▸ EXERCISE OBJECTIVE:
Across the listing that follows, work out how many lines carry the string "VECTOR". Provide that number and nothing else.

▸ INPUT RECORDS:

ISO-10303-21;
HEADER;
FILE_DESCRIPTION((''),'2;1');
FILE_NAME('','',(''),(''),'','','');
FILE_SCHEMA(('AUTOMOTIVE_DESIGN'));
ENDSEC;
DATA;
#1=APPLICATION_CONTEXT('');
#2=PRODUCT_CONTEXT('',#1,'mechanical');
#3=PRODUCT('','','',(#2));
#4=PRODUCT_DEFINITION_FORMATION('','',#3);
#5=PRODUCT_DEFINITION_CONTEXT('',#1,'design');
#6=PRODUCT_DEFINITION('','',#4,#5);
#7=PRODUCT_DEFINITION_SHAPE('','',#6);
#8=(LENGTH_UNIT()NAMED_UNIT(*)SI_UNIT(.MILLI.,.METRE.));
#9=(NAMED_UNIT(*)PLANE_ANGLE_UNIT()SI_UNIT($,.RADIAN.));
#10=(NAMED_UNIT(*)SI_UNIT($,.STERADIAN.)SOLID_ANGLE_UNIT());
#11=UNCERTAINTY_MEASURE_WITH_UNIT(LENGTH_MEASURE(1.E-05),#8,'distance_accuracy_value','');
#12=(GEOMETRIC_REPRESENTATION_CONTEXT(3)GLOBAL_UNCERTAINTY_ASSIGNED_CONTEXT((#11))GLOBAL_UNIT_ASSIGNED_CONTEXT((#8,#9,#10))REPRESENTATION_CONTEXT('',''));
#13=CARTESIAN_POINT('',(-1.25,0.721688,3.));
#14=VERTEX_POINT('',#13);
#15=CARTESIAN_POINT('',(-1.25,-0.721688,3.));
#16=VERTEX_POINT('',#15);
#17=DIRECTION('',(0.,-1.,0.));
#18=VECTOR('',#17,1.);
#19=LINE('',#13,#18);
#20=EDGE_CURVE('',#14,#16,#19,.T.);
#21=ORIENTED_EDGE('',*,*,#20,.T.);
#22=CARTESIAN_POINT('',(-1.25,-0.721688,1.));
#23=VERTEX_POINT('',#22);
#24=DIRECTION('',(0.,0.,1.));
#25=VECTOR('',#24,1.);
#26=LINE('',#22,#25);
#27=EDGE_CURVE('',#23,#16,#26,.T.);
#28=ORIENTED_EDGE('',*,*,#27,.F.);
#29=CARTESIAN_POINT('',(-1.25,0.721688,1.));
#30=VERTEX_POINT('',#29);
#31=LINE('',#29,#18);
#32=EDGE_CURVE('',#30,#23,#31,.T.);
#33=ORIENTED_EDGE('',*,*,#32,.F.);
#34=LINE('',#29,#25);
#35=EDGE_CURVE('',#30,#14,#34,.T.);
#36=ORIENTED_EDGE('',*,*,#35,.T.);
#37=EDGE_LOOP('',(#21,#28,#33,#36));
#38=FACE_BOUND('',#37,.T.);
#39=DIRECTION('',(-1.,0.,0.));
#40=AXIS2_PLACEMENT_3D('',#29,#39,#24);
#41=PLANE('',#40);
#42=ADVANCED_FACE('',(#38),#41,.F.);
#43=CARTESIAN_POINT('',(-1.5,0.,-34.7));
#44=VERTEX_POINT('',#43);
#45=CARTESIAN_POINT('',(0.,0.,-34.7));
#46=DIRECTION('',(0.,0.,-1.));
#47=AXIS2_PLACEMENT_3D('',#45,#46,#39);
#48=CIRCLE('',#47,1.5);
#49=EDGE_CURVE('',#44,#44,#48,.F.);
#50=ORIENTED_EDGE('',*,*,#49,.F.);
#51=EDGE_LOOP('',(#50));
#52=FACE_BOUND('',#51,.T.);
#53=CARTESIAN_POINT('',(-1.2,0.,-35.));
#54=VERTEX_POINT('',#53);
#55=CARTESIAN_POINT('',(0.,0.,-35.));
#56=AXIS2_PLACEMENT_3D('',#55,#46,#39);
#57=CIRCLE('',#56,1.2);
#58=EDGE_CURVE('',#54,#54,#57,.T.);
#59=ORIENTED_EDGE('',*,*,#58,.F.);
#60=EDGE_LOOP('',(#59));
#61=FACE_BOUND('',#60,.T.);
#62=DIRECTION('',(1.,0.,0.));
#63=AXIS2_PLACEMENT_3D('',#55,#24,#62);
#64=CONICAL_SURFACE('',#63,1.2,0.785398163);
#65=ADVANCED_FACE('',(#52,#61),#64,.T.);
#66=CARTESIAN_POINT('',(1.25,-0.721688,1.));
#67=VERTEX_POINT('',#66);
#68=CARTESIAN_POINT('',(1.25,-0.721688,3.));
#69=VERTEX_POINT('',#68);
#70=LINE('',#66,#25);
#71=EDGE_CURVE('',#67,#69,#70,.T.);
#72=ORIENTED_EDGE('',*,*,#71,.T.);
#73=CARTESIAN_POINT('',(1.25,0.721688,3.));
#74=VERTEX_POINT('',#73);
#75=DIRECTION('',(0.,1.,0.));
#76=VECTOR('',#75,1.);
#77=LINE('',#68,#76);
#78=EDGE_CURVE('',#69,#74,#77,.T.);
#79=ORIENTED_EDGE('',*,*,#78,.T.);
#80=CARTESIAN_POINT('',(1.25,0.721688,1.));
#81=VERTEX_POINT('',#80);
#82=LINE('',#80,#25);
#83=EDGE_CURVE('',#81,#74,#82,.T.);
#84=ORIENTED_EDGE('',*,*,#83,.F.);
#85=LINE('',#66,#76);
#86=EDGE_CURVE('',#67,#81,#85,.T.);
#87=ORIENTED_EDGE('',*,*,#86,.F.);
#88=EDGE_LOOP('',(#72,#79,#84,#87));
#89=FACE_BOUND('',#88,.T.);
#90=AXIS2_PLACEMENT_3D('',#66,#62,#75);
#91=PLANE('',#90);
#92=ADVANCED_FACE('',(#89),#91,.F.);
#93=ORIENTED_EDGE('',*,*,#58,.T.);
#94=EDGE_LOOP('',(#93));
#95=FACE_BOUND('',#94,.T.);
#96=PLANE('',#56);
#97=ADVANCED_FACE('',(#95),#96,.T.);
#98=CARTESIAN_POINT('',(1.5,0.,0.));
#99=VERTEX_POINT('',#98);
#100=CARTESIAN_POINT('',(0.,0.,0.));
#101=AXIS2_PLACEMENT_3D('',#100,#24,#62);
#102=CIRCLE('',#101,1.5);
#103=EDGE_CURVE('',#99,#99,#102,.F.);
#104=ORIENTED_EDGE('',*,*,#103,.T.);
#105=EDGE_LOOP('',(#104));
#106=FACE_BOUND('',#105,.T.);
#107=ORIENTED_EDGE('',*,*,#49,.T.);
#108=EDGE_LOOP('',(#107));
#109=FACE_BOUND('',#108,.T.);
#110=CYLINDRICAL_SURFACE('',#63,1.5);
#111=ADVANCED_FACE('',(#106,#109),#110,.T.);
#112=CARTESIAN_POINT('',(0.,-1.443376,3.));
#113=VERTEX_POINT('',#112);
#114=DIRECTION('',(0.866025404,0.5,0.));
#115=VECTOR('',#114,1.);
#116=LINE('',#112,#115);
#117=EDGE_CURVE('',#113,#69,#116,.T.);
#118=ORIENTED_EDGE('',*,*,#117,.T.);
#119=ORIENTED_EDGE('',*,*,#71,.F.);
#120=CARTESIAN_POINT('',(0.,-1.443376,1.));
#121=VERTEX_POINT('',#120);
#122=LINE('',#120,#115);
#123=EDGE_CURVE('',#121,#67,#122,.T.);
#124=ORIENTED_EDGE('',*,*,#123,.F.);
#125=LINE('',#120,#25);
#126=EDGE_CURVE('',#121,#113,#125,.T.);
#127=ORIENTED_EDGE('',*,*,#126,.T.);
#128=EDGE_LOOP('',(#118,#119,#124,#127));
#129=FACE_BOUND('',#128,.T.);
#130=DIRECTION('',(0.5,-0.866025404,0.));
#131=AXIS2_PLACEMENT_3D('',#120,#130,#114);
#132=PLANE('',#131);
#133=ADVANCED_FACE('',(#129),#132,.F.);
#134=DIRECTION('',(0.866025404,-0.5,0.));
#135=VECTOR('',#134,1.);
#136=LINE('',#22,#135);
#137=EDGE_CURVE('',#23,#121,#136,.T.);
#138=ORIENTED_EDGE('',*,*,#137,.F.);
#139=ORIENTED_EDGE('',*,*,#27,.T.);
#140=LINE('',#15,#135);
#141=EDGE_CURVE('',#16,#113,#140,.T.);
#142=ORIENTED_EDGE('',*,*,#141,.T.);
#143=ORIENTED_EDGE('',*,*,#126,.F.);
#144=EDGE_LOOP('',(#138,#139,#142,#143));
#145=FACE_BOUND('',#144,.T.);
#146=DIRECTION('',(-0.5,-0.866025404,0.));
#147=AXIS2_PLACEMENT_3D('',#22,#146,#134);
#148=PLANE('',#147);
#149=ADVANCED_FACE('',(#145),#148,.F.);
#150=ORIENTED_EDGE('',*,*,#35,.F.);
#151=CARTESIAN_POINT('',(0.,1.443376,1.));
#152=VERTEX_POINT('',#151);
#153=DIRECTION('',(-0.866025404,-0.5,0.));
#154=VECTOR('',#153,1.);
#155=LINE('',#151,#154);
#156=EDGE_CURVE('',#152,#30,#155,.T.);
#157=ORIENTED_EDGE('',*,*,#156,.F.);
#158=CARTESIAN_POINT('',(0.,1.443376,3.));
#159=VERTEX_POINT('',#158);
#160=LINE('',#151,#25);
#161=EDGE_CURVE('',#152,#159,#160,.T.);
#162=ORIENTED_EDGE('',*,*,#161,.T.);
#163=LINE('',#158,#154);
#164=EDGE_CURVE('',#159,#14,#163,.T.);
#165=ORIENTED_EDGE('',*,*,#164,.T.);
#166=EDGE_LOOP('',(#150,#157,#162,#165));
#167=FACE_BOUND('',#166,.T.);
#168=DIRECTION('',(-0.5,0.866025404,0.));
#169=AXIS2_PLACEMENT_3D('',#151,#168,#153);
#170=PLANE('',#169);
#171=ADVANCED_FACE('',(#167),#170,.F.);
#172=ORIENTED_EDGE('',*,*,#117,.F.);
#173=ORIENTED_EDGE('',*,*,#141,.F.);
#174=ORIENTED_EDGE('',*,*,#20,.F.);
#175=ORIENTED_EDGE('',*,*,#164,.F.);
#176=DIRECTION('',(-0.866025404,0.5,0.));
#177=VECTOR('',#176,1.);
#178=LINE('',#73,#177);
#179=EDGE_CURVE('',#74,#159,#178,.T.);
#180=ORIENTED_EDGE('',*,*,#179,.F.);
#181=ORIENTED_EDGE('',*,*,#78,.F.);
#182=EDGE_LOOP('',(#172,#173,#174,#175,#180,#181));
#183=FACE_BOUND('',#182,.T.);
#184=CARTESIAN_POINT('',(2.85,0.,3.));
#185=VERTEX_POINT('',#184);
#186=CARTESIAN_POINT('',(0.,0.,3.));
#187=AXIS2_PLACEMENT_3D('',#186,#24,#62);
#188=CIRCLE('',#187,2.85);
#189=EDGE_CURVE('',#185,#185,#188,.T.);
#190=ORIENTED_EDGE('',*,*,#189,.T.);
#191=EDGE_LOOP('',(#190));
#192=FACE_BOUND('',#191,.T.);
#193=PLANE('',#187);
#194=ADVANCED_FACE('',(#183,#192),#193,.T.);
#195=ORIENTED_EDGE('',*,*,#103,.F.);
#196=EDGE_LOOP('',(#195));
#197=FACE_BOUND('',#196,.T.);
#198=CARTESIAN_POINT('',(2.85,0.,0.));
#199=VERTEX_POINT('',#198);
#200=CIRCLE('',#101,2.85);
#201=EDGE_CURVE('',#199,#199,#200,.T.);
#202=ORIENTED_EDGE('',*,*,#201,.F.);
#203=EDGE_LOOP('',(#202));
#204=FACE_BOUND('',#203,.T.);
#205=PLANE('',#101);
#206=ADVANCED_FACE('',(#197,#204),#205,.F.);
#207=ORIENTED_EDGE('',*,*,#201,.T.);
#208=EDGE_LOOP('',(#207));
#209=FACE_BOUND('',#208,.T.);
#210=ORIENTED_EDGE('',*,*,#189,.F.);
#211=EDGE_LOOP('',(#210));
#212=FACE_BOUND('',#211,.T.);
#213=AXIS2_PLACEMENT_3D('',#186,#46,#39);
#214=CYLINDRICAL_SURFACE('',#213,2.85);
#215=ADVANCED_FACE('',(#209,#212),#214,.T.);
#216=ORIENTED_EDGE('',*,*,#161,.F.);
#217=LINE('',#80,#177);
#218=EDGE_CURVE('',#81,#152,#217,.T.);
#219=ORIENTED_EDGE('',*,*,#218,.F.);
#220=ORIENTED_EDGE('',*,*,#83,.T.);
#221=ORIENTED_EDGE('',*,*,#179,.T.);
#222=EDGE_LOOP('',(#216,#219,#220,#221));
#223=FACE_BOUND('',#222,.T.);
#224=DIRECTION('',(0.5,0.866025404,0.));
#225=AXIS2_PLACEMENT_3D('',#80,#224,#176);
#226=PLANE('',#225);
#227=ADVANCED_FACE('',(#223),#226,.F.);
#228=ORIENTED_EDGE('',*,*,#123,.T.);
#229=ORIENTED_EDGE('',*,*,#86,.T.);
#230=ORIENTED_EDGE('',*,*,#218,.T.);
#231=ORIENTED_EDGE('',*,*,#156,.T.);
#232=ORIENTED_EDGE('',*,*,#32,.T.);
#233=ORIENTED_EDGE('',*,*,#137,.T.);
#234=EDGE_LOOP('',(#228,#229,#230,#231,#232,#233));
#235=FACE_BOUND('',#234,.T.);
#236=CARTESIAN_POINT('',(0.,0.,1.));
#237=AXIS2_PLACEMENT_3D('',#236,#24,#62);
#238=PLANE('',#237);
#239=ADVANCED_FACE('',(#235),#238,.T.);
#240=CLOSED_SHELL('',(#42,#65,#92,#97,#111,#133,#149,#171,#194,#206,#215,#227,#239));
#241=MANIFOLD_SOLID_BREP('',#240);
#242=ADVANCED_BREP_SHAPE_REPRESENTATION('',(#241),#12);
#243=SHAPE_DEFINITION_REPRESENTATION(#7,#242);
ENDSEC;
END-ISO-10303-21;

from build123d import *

# Parameters (mm, degrees)
SKETCH1_R           = 2.85
BOSS_EXTRUDE1_DEPTH = 3
SKETCH2_R           = 1.5
BOSS_EXTRUDE2_DEPTH = 35
CHAMFER1_SIZE       = 0.3
CUT_EXTRUDE1_DEPTH  = 2


with BuildPart() as part:
    # Sketch1 → Boss-Extrude1 (new body)
    with BuildSketch(Plane.XY):
        Circle(SKETCH1_R)
    extrude(amount=BOSS_EXTRUDE1_DEPTH)

    # Sketch2 → Boss-Extrude2 (add)
    with BuildSketch(Plane(origin=(0, 0, 0), x_dir=(-1, 0, 0), z_dir=(0, 0, -1))):
        Circle(SKETCH2_R)
    extrude(amount=BOSS_EXTRUDE2_DEPTH)

    # Chamfer1
    chamfer1_edges = [part.edges().sort_by_distance(p)[0] for p in [
        (1.5, 0, -35),
    ]]
    chamfer(chamfer1_edges, length=CHAMFER1_SIZE)

    # Sketch3 → Cut-Extrude1 (cut)
    with BuildSketch(Plane.XY.offset(3)):
        Polygon((0, 1.443375673), (-1.25, 0.721687836), (-1.25, -0.721687836), (0, -1.443375673), (1.25, -0.721687836), (1.25, 0.721687836), align=None)
    extrude(amount=-CUT_EXTRUDE1_DEPTH, mode=Mode.SUBTRACT)


solid = part.part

▸ THE COMPLETED TASK:
7